July 19, 2019 | 87° F

WeatherWatcher broadens program with new equipment

Photo by Courtesy of Tyler Case |

What began in a closet-sized room more than 10 years ago with a camera pointed at a chalkboard has evolved into a media-based weather-reporting service with high-definition camera equipment.

Meteorologist Jim Nichols founded RU-tv’s WeatherWatcher in 2002 and held the reports at Walter Hall on the Cook/Douglass campus.

They now forecast three times a day on weekdays and twice on the weekends on RU-tv Network Channel 6, broadcast from Perry Hall on Cook/Douglass campus, said Scott Sincoff, associate producer at WeatherWatcher.

Sincoff, a School of Environmental and Biological Sciences senior, said the station also does weather forecasts on WRSU-FM News Hour and has a presence on “Wake Up Rutgers,” RU-tv’s live morning show.

Beginning this semester, WeatherWatcher has received brand new equipment from RU-tv, such as a high-definition camera, a reflective grey screen to improve picture quality on air and a tricaster system for recording, Sincoff said.

“It’s really top-notch technology,” he said. “The camera comes with green ultraviolet light. Everything is clean, crisp without any halos around the head.”

Sincoff, who began working at WeatherWatcher as a first-year student in 2009, said he started as a member of the WeatherWatcher Living-Learning Community on the first floor of Perry Hall, which currently holds 14 first-year students learning broadcast meteorology.

John McCarty, lead producer at WeatherWatcher, said he also made his way into WeatherWatcher through the Living-Learning community, which helped him build networks with other students studying meteorology and gain exposure in the field of broadcast.

“I am very happy I did it,” said McCarty, a School of Environmental and Biological Sciences junior. “It’s really hard to forecast, being put in that position on camera, but I had a very positive experience.”

He said the program includes forecasters, who prepare graphics and go on air, as well as technical assistants, who look after the recording and airing of the broadcasts.

Forecasters currently work on PowerPoint slides, but the University is negotiating with Weather Systems International, a supplier of advanced weather systems for meteorological institutions, to provide WeatherWatcher with a new graphics system that will allow them to produce graphics similar to those by major news outlets, McCarty said.

The team faced significant challenges when it provided forecasts and updates during Hurricane Sandy last year, Sincoff said. The program produced broadcasts every three hours, and updated their social media constantly for warnings.

“I was temporarily in charge at the time of Sandy, and it was crazy to manage everything,” he said. “Social media was blasting and we were updating even in the middle of the night, making graphics and discussing with meteorologists.”

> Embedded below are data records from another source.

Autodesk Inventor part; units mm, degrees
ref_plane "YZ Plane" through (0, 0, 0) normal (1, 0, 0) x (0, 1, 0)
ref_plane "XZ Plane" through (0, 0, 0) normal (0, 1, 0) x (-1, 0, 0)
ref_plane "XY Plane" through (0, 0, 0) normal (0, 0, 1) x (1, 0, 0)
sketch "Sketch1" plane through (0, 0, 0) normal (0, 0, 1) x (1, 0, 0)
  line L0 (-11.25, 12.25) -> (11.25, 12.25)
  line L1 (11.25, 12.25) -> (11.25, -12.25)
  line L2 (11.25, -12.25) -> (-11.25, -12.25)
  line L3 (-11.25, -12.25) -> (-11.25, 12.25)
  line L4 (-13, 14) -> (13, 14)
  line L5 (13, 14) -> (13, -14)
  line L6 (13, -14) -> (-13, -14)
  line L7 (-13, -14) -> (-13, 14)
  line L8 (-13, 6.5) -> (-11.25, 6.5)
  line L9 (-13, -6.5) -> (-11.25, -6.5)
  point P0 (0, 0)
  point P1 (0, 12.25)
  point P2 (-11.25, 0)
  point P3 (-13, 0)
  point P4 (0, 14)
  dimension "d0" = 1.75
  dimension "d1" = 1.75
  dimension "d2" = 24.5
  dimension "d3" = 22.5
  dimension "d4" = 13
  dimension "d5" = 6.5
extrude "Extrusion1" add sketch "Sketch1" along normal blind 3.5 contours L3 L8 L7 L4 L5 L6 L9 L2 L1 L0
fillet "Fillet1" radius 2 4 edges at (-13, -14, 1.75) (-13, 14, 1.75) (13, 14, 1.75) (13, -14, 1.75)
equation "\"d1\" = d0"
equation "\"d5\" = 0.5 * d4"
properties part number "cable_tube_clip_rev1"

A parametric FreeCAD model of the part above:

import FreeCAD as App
import Part
import Sketcher
from FreeCAD import Vector
Q = App.Units.Quantity


def edges_at(feature, points):
    """Names of the edges that pass closest to the given points."""
    edges = feature.Shape.Edges
    near = lambda p: min(range(len(edges)), key=lambda i: edges[i].distToShape(Part.Vertex(*p))[0])
    return sorted({f"Edge{near(p) + 1}" for p in points})


def add_polygon(sketch, points):
    """Adds a closed chain of lines whose ends are joined by coincident constraints."""
    first, n = sketch.GeometryCount, len(points)
    for a, b in zip(points, points[1:] + points[:1]):
        sketch.addGeometry(Part.LineSegment(App.Vector(*a, 0), App.Vector(*b, 0)), False)
    for i in range(n):
        sketch.addConstraint(Sketcher.Constraint("Coincident", first + i, 2, first + (i + 1) % n, 1))

doc = App.newDocument("Part")
params = doc.addObject("Spreadsheet::Sheet", "Params")
for row, (alias, value) in enumerate([
    ("sketch1_width", "22.5 mm"),
    ("sketch1_height", "24.5 mm"),
    ("sketch1_height2", "28 mm"),
    ("pad1_length", "3.5 mm"),
    ("fillet_radius", "2 mm"),
], start=1):
    params.set(f"A{row}", alias)
    params.set(f"B{row}", "=" + value)
    params.setAlias(f"B{row}", alias)

body = doc.addObject("PartDesign::Body", "Body")

# Sketch on XY plane
sketch1 = body.newObject("Sketcher::SketchObject", "Sketch")
sketch1.AttachmentSupport = (doc.getObject("XY_Plane"), [""])
sketch1.MapMode = "FlatFace"
add_polygon(sketch1, [(-11.2, 6.5), (-11.2, 12.2), (11.2, 12.2), (11.2, -12.2), (-11.2, -12.2), (-11.2, -6.5), (-13, -6.5), (-13, -14), (13, -14), (13, 14), (-13, 14), (-13, 6.5)])  # lines 0-11
sketch1.addConstraint([
    Sketcher.Constraint("Vertical", 0),
    Sketcher.Constraint("Horizontal", 1),
    Sketcher.Constraint("Vertical", 2),
    Sketcher.Constraint("Horizontal", 3),
    Sketcher.Constraint("Vertical", 4),
    Sketcher.Constraint("Horizontal", 5),
    Sketcher.Constraint("Vertical", 6),
    Sketcher.Constraint("Horizontal", 7),
    Sketcher.Constraint("Vertical", 8),
    Sketcher.Constraint("Horizontal", 9),
    Sketcher.Constraint("Vertical", 10),
    Sketcher.Constraint("Horizontal", 11),
    Sketcher.Constraint("Symmetric", 0, 2, 2, 2, -1, 1),
    Sketcher.Constraint("Symmetric", 6, 2, 8, 2, -1, 1),
    Sketcher.Constraint("Symmetric", 5, 2, 10, 2, -1),
    Sketcher.Constraint("Vertical", 0, 2, 3, 2),
    Sketcher.Constraint("DistanceX", 1, 1, 1, 2, Q("22.5 mm")),
    Sketcher.Constraint("DistanceY", 2, 2, 2, 1, Q("24.5 mm")),
    Sketcher.Constraint("DistanceX", 5, 2, -1, 1, Q("13 mm")),
    Sketcher.Constraint("DistanceY", 5, 2, 10, 2, Q("13 mm")),
    Sketcher.Constraint("DistanceY", 8, 1, 8, 2, Q("28 mm")),
])
sketch1.setExpression("Constraints[28]", "Params.sketch1_width")
sketch1.setExpression("Constraints[29]", "Params.sketch1_height")
sketch1.setExpression("Constraints[32]", "Params.sketch1_height2")
pad1 = body.newObject("PartDesign::Pad", "Pad")
pad1.Profile = sketch1
pad1.setExpression("Length", "Params.pad1_length")
doc.recompute()

fillet = body.newObject("PartDesign::Fillet", "Fillet")
fillet.Base = (pad1, edges_at(pad1, [
    (-13, -14, 1.75),
    (-13, 14, 1.75),
    (13, 14, 1.75),
    (13, -14, 1.75),
]))
fillet.setExpression("Radius", "Params.fillet_radius")

doc.recompute()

Tyler Case, the manager of WeatherWatcher, said he learned a great deal in times like Hurricane Sandy and snowstorms.

“Nothing excited me more than waiting till 3 in the morning to broadcast updates,” said Case, a School of Environmental and Biological Sciences junior. “I am from California, where it hardly snows, so even waiting was exciting for me.”

Sincoff said working at WeatherWatcher taught him how to prepare broadcasts, be comfortable on-air and communicate a scientific message to the public in a manner everyone can understand. Most importantly, the job prepared for him for the real world and working under intense pressure.

The program currently has nearly 45 students and 16 others in the Living-Learning Community, he said. These students, many of whom are meteorology majors, are engaged in not only learning meteorology broadcasting, but also in interactive discussions with other weather watchers.

Case said WeatherWatcher is a very close-knit group where everyone knows each other and is a great resource to discuss meteorology. He believes Rutgers is the only institution that could have provided him with such a unique opportunity.

“It’s been an experience of a lifetime,” Case said. “Not many students can graduate from a four-year program in a university and still say they have four years of broadcasting experience.”